Ethiopia-Eritrean Border Reopens


By Nita Bhalla

BBC News
May 6, 2002

Ethiopia has reopened its borders to United Nations peacekeepers monitoring the ceasefire with Eritrea.

Nine days ago, Ethiopia closed the borders to UN personnel, accusing the UN of violating an agreement and taking journalists from Eritrea into Ethiopian-administered areas without prior permission. The UN mission in Ethiopia and Eritrea (UNMEE) has apologised for the incident.

More than 4,000 peacekeepers are deployed in a 25km buffer zone separating the two countries. The first UN flight left Addis Ababa on Monday, following intense negotiations between the UNMEE and the Ethiopian Government


The flight was carrying the head of the UN peacekeeping mission, Legwaila Joseph Legwaila, who has arrived safely in the Eritrean capital, Asmara.

UNMEE are however treading cautiously. For now they are only planning to send out a few vehicles carrying food, water, oil and fuel from Eritrea to peacekeepers stationed on the Ethiopian side. And Ethiopia has emphasised that the decision to re-open the border was only temporary.

"We have to requested a number of things from UNMEE and we need clear answers and explanations before we remove the ban permanently," an Ethiopian official said. "The UN have to prove to us that they are totally neutral and impartial in the manner in which they handle the on-going peace process between Ethiopia and Eritrea".

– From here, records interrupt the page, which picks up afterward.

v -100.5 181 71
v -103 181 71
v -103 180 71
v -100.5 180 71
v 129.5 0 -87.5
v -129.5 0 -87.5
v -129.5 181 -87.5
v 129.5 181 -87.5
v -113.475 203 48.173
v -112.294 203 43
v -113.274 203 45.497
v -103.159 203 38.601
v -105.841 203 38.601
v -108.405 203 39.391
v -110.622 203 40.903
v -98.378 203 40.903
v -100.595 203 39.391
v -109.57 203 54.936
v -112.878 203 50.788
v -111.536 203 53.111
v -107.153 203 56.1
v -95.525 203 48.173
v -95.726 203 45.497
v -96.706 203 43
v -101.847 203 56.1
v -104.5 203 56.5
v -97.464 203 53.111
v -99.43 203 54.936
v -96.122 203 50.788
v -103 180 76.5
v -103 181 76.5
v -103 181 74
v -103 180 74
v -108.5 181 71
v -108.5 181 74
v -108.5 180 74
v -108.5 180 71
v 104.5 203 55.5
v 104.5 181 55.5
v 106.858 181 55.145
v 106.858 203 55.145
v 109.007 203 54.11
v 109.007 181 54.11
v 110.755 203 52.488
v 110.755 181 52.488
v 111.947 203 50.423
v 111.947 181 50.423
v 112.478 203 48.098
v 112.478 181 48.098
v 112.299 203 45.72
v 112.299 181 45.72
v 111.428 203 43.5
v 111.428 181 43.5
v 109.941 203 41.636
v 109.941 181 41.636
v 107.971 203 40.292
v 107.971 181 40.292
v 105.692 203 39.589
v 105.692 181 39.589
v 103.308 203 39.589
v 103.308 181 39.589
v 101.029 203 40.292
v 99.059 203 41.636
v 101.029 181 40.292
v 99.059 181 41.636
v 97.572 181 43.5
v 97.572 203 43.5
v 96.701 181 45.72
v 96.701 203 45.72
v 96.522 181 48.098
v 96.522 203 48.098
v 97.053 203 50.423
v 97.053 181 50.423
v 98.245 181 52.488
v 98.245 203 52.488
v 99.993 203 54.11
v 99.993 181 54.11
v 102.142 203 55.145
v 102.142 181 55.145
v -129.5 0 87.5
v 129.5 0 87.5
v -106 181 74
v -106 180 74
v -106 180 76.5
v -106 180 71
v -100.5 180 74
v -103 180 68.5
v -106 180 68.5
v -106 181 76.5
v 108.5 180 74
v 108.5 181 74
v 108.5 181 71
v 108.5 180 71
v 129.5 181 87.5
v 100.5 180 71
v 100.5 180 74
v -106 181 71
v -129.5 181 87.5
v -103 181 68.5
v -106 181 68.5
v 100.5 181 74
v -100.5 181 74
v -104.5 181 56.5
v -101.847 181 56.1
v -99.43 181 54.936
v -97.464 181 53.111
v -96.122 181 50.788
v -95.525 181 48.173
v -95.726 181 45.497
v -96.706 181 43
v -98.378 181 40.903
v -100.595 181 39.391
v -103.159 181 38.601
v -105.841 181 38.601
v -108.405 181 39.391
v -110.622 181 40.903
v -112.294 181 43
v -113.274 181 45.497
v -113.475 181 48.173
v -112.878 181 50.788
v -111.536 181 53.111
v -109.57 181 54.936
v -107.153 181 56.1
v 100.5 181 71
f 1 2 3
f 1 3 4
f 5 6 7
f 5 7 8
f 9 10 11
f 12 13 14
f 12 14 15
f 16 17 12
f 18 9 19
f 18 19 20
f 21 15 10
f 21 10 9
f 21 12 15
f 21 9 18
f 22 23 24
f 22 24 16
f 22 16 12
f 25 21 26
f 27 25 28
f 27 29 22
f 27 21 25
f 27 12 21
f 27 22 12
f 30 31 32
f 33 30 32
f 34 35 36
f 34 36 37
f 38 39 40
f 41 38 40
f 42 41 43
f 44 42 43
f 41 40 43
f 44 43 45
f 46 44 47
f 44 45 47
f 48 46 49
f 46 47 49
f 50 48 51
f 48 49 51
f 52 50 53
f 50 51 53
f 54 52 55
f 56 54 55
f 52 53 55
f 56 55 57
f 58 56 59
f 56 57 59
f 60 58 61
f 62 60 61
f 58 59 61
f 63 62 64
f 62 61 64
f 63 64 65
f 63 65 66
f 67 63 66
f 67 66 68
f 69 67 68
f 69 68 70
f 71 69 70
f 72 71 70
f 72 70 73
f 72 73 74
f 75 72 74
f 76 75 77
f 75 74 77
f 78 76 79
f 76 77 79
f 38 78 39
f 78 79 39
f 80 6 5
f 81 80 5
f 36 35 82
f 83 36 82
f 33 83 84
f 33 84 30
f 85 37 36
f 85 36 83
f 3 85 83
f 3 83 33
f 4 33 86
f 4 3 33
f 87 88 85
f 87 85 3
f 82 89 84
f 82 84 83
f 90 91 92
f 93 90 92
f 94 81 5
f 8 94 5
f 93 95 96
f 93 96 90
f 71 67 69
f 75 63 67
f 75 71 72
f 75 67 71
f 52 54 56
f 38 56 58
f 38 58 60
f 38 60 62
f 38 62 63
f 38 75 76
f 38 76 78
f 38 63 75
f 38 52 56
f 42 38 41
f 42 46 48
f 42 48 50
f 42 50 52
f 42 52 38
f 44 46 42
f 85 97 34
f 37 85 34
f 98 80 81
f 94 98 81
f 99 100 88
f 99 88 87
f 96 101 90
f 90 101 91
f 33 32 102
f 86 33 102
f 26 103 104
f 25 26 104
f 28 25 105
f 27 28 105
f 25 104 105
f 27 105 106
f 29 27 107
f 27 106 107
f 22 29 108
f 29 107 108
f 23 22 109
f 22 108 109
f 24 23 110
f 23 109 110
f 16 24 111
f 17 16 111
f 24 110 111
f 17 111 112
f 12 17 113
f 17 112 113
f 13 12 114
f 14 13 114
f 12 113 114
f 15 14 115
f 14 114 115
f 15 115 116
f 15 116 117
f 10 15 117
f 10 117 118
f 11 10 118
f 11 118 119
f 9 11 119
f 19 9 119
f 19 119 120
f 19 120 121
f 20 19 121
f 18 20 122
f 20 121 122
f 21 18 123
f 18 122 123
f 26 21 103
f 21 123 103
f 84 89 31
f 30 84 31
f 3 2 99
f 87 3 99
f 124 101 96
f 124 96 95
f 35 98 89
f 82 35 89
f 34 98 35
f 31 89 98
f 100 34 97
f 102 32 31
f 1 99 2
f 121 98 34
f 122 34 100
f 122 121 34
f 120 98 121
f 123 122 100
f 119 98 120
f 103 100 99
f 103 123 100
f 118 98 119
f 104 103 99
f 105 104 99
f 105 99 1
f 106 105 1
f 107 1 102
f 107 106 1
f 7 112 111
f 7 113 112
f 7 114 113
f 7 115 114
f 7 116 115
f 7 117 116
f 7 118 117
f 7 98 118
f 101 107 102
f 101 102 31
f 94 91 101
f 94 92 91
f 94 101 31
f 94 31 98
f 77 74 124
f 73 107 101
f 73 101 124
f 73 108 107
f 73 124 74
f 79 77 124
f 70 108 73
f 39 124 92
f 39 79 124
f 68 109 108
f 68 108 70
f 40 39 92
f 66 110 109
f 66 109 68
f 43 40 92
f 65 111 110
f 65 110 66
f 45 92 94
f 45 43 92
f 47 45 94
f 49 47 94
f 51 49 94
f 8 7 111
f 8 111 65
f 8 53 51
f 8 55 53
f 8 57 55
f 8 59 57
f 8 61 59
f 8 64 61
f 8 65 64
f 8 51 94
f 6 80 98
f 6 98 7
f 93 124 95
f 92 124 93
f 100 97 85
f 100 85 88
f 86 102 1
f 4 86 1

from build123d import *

# Parameters (mm, degrees)
SKETCH1_W           = 259
SKETCH1_H           = 175
BOSS_EXTRUDE1_DEPTH = 181
SKETCH2_R           = 9
SKETCH2_R_2         = 8
BOSS_EXTRUDE2_DEPTH = 22
SKETCH3_W           = 2.5
SKETCH3_H           = 3
SKETCH3_W_2         = 3
SKETCH3_H_2         = 2.5
SKETCH3_W_3         = 8
CUT_EXTRUDE1_DEPTH  = 1


with BuildPart() as part:
    # Sketch1 → Boss-Extrude1 (new body)
    with BuildSketch(Plane(origin=(0, 0, 0), x_dir=(1, 0, 0), z_dir=(0, 1, 0))):
        Rectangle(SKETCH1_W, SKETCH1_H)
    extrude(amount=BOSS_EXTRUDE1_DEPTH)

    # Sketch2 → Boss-Extrude2 (add)
    with BuildSketch(Plane(origin=(0, 181, 0), x_dir=(1, 0, 0), z_dir=(0, 1, 0))):
        with Locations(Location((-104.5, -47.5, 0), (0, 0, 270))):
            Circle(SKETCH2_R)
        with Locations(Location((104.5, -47.5, 0), (0, 0, 270))):
            Circle(SKETCH2_R_2)
    extrude(amount=BOSS_EXTRUDE2_DEPTH)

    # Sketch3 → Cut-Extrude1 (cut)
    with BuildSketch(Plane(origin=(0, 181, 0), x_dir=(1, 0, 0), z_dir=(0, 1, 0))):
        with Locations((-107.25, -72.5)):
            Rectangle(SKETCH3_W, SKETCH3_H)
        with Locations((-104.5, -72.5)):
            Rectangle(SKETCH3_W_2, SKETCH3_H)
        with Locations((-104.5, -69.75)):
            Rectangle(SKETCH3_W_2, SKETCH3_H_2)
        with Locations((-101.75, -72.5)):
            Rectangle(SKETCH3_W, SKETCH3_H)
        with Locations((-104.5, -75.25)):
            Rectangle(SKETCH3_W_2, SKETCH3_H_2)
        with Locations((104.5, -72.5)):
            Rectangle(SKETCH3_W_3, SKETCH3_H)
    extrude(amount=-CUT_EXTRUDE1_DEPTH, mode=Mode.SUBTRACT)


solid = part.part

Ethiopia's main request to UNMEE is the removal of the military head of the peacekeeping mission, the Dutch Force Commander, Major-General Patrick Cammaert, whom they accuse of political bias towards Eritrea.

Addis Ababa holds the Force Commander directly responsible for transporting international journalists from the Eritrean capital, Asmara, to the town of Badme, which although in Ethiopian hands - still remains disputed by both countries.

Both Addis Ababa and Asmara claim ownership of the town, which spawned one of the bloodiest conflicts of recent times. Addis Ababa says by taking journalists from Eritrea to Badme without gaining prior permission, the UN was signalling that Badme is in Eritrea.


The UN blockade has restricted the movement and hampered the efforts of the UN peacekeepers.

The ban has also jeopardised previously smooth relations between Addis Ababa and the UN peacekeeping mission. Although the suspension has eased tensions somewhat, the issue of what the UN should do about Major-General Cammaert still need to be resolved.

Diplomatic sources have dismissed the Ethiopian assertions about the Force Commander saying he is known for his "professionalism" and "impartiality".